Secretion of Biologically Active Human Granulocyte Colony-Stimulating Factor (G-CSF) in Milk of Transgenic Mice

  • G. A. Dvoryanchikov
  • I. A. Serova
  • L. E. Andreeva
  • L. P. B. Dias
  • S. Azevedo
  • O. L. Serov
Molecular Genetics

Abstract

Two constructs were devised, containing the full-length gene of the human granulocyte colony-stimulating factor (G-CSF) fused with the 5′ and 3′ flanking promoter sequences of bovine alpha-S1-casein gene (CSN1S1).

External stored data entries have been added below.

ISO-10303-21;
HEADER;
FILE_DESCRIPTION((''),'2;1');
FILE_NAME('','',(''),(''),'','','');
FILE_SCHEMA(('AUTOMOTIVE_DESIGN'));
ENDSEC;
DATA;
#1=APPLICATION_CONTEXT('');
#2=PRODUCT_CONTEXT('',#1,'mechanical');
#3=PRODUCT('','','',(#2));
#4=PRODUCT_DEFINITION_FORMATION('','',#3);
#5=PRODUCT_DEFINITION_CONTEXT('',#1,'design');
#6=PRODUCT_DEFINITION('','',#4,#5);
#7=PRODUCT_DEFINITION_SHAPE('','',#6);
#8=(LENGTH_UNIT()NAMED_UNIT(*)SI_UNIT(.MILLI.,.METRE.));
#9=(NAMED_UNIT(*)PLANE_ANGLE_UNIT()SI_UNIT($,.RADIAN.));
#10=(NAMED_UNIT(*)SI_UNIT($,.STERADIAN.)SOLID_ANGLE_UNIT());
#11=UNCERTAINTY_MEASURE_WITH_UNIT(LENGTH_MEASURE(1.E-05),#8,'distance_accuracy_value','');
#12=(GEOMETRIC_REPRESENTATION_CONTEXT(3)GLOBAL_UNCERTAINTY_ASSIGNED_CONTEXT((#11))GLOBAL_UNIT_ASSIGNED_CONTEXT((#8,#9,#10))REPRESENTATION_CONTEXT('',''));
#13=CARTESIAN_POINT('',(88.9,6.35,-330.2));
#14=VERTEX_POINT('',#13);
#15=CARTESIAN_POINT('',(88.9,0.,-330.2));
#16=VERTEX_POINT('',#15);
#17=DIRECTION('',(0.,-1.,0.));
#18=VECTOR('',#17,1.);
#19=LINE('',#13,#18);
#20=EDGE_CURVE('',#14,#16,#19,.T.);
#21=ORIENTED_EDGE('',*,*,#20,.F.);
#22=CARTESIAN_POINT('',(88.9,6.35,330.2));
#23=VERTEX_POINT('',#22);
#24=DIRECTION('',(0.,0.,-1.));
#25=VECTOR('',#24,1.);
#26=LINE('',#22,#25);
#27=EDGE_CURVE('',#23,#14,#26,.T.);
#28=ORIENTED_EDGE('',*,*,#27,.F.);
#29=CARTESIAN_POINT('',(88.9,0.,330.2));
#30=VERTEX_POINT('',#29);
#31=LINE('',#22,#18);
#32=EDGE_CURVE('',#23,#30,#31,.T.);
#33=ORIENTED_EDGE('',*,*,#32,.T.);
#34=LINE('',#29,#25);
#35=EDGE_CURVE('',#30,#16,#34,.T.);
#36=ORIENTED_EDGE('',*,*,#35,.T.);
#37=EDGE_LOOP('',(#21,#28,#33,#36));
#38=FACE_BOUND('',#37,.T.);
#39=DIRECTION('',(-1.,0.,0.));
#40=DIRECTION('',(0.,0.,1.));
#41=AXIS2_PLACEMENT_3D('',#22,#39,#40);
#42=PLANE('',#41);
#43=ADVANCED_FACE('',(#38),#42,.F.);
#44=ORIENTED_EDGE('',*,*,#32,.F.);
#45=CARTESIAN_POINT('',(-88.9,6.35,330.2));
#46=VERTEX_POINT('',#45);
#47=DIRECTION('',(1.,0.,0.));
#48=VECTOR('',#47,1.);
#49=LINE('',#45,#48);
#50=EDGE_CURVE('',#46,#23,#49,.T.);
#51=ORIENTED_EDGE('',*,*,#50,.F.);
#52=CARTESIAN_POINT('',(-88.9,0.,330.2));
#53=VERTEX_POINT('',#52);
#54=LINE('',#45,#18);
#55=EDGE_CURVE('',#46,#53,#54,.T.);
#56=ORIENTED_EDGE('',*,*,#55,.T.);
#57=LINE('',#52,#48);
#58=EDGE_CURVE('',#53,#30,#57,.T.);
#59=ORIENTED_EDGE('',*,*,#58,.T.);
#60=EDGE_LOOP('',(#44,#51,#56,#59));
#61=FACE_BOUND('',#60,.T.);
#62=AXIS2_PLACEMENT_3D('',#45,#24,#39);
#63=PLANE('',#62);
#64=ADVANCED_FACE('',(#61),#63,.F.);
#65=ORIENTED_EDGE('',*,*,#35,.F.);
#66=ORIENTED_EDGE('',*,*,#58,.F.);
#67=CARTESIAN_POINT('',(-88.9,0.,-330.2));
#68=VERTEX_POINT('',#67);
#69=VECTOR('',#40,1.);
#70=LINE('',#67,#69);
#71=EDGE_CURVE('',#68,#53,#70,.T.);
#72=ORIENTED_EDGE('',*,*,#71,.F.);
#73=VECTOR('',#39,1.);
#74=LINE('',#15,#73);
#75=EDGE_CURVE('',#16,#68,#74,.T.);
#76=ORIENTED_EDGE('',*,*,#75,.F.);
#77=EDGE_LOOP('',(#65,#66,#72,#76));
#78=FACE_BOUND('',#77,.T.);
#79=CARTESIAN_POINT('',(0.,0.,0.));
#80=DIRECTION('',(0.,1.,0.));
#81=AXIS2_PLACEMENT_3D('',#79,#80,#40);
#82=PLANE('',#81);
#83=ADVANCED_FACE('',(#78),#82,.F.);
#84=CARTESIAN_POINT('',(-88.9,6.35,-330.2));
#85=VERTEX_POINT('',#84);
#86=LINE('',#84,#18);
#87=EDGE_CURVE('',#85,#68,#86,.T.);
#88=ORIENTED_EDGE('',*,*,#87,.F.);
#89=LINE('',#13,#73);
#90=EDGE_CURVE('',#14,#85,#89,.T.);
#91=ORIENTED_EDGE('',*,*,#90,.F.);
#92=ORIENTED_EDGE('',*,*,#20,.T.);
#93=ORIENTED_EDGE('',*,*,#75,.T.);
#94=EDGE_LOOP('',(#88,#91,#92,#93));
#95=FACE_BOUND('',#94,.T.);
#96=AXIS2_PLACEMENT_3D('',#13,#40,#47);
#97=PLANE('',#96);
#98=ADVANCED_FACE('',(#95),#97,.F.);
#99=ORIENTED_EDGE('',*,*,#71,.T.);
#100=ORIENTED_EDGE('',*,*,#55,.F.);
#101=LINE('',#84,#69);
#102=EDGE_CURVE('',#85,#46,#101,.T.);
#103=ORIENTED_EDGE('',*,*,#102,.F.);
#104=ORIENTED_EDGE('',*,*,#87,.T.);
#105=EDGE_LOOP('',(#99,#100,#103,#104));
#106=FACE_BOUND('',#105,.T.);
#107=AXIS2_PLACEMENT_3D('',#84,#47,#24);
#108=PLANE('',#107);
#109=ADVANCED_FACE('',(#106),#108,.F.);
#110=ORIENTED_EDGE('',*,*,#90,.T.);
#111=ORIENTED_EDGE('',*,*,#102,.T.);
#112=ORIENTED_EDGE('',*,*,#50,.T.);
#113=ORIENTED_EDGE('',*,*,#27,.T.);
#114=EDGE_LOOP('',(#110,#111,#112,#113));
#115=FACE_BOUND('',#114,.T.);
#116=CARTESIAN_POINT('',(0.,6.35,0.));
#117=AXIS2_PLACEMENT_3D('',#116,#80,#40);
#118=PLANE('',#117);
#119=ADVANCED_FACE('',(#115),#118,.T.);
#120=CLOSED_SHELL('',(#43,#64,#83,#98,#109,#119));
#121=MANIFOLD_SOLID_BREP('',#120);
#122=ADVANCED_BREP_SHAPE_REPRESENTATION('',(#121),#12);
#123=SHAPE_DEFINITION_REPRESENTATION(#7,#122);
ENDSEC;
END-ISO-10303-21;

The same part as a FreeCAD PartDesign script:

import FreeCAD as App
import Part
import Sketcher
Q = App.Units.Quantity


def add_polygon(sketch, points):
    """Adds a closed chain of lines whose ends are joined by coincident constraints."""
    first, n = sketch.GeometryCount, len(points)
    for a, b in zip(points, points[1:] + points[:1]):
        sketch.addGeometry(Part.LineSegment(App.Vector(*a, 0), App.Vector(*b, 0)), False)
    for i in range(n):
        sketch.addConstraint(Sketcher.Constraint("Coincident", first + i, 2, first + (i + 1) % n, 1))

doc = App.newDocument("Part")
body = doc.addObject("PartDesign::Body", "Body")

# Sketch on XZ plane
sketch1 = body.newObject("Sketcher::SketchObject", "Sketch")
sketch1.AttachmentSupport = (doc.getObject("XZ_Plane"), [""])
sketch1.MapMode = "FlatFace"
add_polygon(sketch1, [(89, 330), (89, -330), (-89, -330), (-89, 330)])  # lines 0-3
sketch1.addConstraint(Sketcher.Constraint("Vertical", 0))
sketch1.addConstraint(Sketcher.Constraint("Horizontal", 1))
sketch1.addConstraint(Sketcher.Constraint("Vertical", 2))
sketch1.addConstraint(Sketcher.Constraint("Horizontal", 3))
sketch1.addConstraint(Sketcher.Constraint("Symmetric", 0, 2, 2, 2, -1, 1))
sketch1.addConstraint(Sketcher.Constraint("DistanceX", 1, 2, 1, 1, Q("7 in")))
sketch1.addConstraint(Sketcher.Constraint("DistanceY", 0, 2, 0, 1, Q("26 in")))
pad1 = body.newObject("PartDesign::Pad", "Pad")
pad1.Profile = sketch1
pad1.Length = Q("0.25 in")
pad1.Reversed = True

doc.recompute()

Both constructs contained a 1518-bp fragment that included exons 18 and 19 and 320 bp of the 3′ flanking region of bovine gene CSN1S1, but differed in size of the 5′ flanking sequences, which were of 721 bp, and exon 1 in construct pGCm1 and 2001 bp and exon 1 and intron 1 in construct pGCm2. With both constructs, transgenic mice were produced. The transgene expression was assessed using RT-PCR and immunochemically from the production of human G-CSF in milk of lactating females. Secretion of human G-CSF into the milk varied in a wide range, from 0.8 µg/ml to over 1 mg/ml, in mice with construct pGCm1 and was low (up to 60 µg/ml) or absent in mice with construct pGCm2. G-CSF glycosylation was incomplete in mice with transgene pGCm1 and complete in mice with pGCm2. G-CSF of transgenic mouse milk was shown to stimulate the formation and growth of granulocyte-containing colonies in human umbilical blood cell culture and be close or identical in physiological activity to the natural human G-CSF.

Keywords

Transgenic Mouse Flank Region Promoter Sequence Flank Sequence Lactate Female 
These keywords were added by machine and not by the authors. This process is experimental and the keywords may be updated as the learning algorithm improves.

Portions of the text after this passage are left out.